Date of this Version
The parasitic copepods of the family Argulidae, commonly known as fish lice, are known to infest many fishes. (See Meehean, 0. L., Proc. U. S. Nat. Mus. Vol. 88, 1940, and Wilson, C. B., Proc. U. S. N. M., Vol. 94, 1944). We wish here to report instances of parasitism on a salamander and a frog tadpole by a species of these copepods.
The first case involved a specimen of the perennibranch salamander, Pseudobranchus s. axanthus, collected near Gainesville, Florida. About December 1, 1939, a lump was noted on the head of an adult that had been in an aquarium in the laboratory for several weeks, but the lump was mistaken for a mass of detritus. However, the salamander gradually became weak and inactive, and on December 7, it was found lying on its side on the bottom of the aquarium. The lump was still present, but now was about half an inch behind the head. Upon close examination, it was found that what had been mistaken for detritus was in reality a parasitic copepod Argulus amcricanus (Wilson). The copepod was removed and the Pseudobranchus was put back in the aquarium with fresh water, but it continued to weaken and died on December 9.

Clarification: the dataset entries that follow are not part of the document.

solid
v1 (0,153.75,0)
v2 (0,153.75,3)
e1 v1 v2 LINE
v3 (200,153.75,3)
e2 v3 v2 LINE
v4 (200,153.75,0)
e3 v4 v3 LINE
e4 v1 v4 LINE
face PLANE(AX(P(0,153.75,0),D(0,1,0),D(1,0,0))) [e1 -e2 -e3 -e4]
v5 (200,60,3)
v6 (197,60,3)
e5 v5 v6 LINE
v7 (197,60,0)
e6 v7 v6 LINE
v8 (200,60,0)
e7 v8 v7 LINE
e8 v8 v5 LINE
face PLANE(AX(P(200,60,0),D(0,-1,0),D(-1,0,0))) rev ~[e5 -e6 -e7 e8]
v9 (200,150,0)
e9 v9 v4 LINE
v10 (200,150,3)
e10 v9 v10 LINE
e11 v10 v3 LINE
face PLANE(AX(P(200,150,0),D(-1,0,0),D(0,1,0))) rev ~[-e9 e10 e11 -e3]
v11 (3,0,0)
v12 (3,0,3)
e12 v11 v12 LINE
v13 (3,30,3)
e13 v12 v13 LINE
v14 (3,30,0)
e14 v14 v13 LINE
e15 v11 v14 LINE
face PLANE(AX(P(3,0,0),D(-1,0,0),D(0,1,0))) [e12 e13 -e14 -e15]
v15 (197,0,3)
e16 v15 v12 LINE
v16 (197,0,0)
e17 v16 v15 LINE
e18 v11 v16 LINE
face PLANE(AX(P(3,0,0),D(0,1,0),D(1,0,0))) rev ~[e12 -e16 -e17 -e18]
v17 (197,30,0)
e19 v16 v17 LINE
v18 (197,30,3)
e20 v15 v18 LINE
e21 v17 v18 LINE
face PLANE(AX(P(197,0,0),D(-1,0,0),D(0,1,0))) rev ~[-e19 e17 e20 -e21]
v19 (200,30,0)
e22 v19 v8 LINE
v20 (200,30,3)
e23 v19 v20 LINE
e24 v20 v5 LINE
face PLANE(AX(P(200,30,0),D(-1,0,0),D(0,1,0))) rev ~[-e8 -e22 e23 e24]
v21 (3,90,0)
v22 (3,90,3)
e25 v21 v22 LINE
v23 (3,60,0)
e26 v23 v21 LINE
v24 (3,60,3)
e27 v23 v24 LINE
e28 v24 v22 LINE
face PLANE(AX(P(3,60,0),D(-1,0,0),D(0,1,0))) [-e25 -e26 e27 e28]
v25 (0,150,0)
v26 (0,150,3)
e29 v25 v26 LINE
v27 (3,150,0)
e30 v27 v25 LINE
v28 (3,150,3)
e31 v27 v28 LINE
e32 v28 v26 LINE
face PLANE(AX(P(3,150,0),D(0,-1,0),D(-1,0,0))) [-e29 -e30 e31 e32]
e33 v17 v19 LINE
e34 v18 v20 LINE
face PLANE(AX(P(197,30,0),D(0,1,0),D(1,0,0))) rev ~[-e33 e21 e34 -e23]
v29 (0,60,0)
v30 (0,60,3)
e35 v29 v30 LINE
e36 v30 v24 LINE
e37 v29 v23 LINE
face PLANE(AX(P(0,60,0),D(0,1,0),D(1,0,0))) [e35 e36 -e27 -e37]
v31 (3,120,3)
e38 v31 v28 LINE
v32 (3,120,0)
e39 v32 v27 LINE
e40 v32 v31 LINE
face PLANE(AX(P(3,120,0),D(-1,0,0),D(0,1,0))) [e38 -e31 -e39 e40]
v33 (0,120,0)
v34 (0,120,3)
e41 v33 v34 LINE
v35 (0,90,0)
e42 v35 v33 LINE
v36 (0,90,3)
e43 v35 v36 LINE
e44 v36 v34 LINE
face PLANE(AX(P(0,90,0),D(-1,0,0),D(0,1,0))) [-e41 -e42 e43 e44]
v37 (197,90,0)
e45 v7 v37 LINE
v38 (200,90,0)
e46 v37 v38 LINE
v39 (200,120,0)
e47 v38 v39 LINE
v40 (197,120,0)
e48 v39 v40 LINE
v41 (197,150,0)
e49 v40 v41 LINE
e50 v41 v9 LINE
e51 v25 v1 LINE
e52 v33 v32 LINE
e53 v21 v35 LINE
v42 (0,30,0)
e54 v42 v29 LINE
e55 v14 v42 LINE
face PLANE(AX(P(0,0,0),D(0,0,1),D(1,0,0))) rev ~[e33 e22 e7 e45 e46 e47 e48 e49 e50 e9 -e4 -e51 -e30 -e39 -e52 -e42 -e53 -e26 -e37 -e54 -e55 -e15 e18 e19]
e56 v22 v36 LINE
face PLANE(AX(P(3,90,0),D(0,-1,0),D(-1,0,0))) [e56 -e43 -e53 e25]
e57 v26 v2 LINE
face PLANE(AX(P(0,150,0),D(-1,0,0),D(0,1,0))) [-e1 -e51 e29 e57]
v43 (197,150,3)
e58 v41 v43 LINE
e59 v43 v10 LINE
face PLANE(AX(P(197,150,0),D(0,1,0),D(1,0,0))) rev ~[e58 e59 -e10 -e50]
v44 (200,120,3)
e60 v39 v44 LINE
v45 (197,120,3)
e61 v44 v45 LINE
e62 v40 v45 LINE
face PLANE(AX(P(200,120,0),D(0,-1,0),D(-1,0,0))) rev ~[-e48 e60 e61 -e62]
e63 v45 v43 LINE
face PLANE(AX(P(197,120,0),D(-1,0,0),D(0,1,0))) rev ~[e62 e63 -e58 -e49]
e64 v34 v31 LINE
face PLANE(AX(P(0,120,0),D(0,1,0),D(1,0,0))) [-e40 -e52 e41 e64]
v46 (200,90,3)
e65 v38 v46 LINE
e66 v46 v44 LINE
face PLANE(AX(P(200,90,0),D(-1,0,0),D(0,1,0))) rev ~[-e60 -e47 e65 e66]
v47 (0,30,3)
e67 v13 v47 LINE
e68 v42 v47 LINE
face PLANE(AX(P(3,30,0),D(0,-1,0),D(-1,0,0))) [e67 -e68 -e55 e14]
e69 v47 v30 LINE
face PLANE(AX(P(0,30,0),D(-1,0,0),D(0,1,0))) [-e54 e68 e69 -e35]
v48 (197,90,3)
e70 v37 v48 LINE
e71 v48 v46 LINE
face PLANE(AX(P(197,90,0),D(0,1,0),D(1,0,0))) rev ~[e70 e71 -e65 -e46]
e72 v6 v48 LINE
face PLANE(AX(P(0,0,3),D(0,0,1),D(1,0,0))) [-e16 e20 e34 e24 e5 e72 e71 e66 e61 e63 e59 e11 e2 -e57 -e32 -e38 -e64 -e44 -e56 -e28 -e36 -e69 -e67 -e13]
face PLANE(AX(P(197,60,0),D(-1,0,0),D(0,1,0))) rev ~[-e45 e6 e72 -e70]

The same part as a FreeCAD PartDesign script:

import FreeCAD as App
import Part
import Sketcher
from FreeCAD import Vector


def add_polygon(sketch, points):
    """Adds a closed chain of lines whose ends are joined by coincident constraints."""
    first, n = sketch.GeometryCount, len(points)
    for a, b in zip(points, points[1:] + points[:1]):
        sketch.addGeometry(Part.LineSegment(App.Vector(*a, 0), App.Vector(*b, 0)), False)
    for i in range(n):
        sketch.addConstraint(Sketcher.Constraint("Coincident", first + i, 2, first + (i + 1) % n, 1))

doc = App.newDocument("Part")
body = doc.addObject("PartDesign::Body", "Body")

# Sketch on XY plane
sketch1 = body.newObject("Sketcher::SketchObject", "Sketch")
sketch1.AttachmentSupport = (doc.getObject("XY_Plane"), [""])
sketch1.MapMode = "FlatFace"
add_polygon(sketch1, [(3, 30), (3, 0), (197, 0), (197, 30), (200, 30), (200, 60), (197, 60), (197, 90), (200, 90), (200, 120), (197, 120), (197, 150), (200, 150), (200, 153.8), (0, 153.8), (0, 150), (3, 150), (3, 120), (0, 120), (0, 90), (3, 90), (3, 60), (0, 60), (0, 30)])  # lines 0-23
sketch1.addConstraint([
    Sketcher.Constraint("Vertical", 0),
    Sketcher.Constraint("Horizontal", 1),
    Sketcher.Constraint("Vertical", 2),
    Sketcher.Constraint("Horizontal", 3),
    Sketcher.Constraint("Vertical", 4),
    Sketcher.Constraint("Horizontal", 5),
    Sketcher.Constraint("Vertical", 6),
    Sketcher.Constraint("Horizontal", 7),
    Sketcher.Constraint("Vertical", 8),
    Sketcher.Constraint("Horizontal", 9),
    Sketcher.Constraint("Vertical", 10),
    Sketcher.Constraint("Horizontal", 11),
    Sketcher.Constraint("Vertical", 12),
    Sketcher.Constraint("Horizontal", 13),
    Sketcher.Constraint("Vertical", 14),
    Sketcher.Constraint("Horizontal", 15),
    Sketcher.Constraint("Vertical", 16),
    Sketcher.Constraint("Horizontal", 17),
    Sketcher.Constraint("Vertical", 18),
    Sketcher.Constraint("Horizontal", 19),
    Sketcher.Constraint("Vertical", 20),
    Sketcher.Constraint("Horizontal", 21),
    Sketcher.Constraint("Vertical", 22),
    Sketcher.Constraint("Horizontal", 23),
    Sketcher.Constraint("PointOnObject", 0, 2, -1),
    Sketcher.Constraint("PointOnObject", 13, 2, -2),
    Sketcher.Constraint("PointOnObject", 17, 2, -2),
    Sketcher.Constraint("PointOnObject", 21, 2, -2),
    Sketcher.Constraint("Horizontal", 11, 2, 14, 2),
    Sketcher.Constraint("Horizontal", 9, 2, 16, 2),
    Sketcher.Constraint("Horizontal", 7, 2, 18, 2),
    Sketcher.Constraint("Horizontal", 5, 2, 20, 2),
    Sketcher.Constraint("Horizontal", 3, 2, 22, 2),
    Sketcher.Constraint("Vertical", 2, 2, 5, 2),
    Sketcher.Constraint("Vertical", 4, 2, 7, 2),
    Sketcher.Constraint("Vertical", 6, 2, 9, 2),
    Sketcher.Constraint("Vertical", 8, 2, 11, 2),
    Sketcher.Constraint("Vertical", 0, 2, 15, 2),
    Sketcher.Constraint("Vertical", 16, 2, 19, 2),
    Sketcher.Constraint("Equal", 11, 15),
    Sketcher.Constraint("Equal", 2, 4),
    Sketcher.Constraint("Equal", 4, 6),
    Sketcher.Constraint("Equal", 6, 8),
    Sketcher.Constraint("Equal", 8, 10),
    Sketcher.Constraint("DistanceX", 3, 1, 3, 2, 3.0),
    Sketcher.Constraint("DistanceX", 13, 2, 13, 1, 200.0),
    Sketcher.Constraint("DistanceY", 0, 2, 0, 1, 30.0),
    Sketcher.Constraint("DistanceY", 12, 1, 12, 2, 3.75),
])
pad1 = body.newObject("PartDesign::Pad", "Pad")
pad1.Profile = sketch1
pad1.Length = 3

doc.recompute()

The second instance concerned a tadpole of the frog, Rana heckscheri Wright. While large tadpoles of this species were being collected during November, 1955, at Newman's Lake, about four miles east of Gainesville, a specimen was found that had two individuals of A. americattus attached to it. Since the tadpole as well as the copepods were preserved shortly after capture, we cannot report on how the parasites affected the well-being of the tadpole.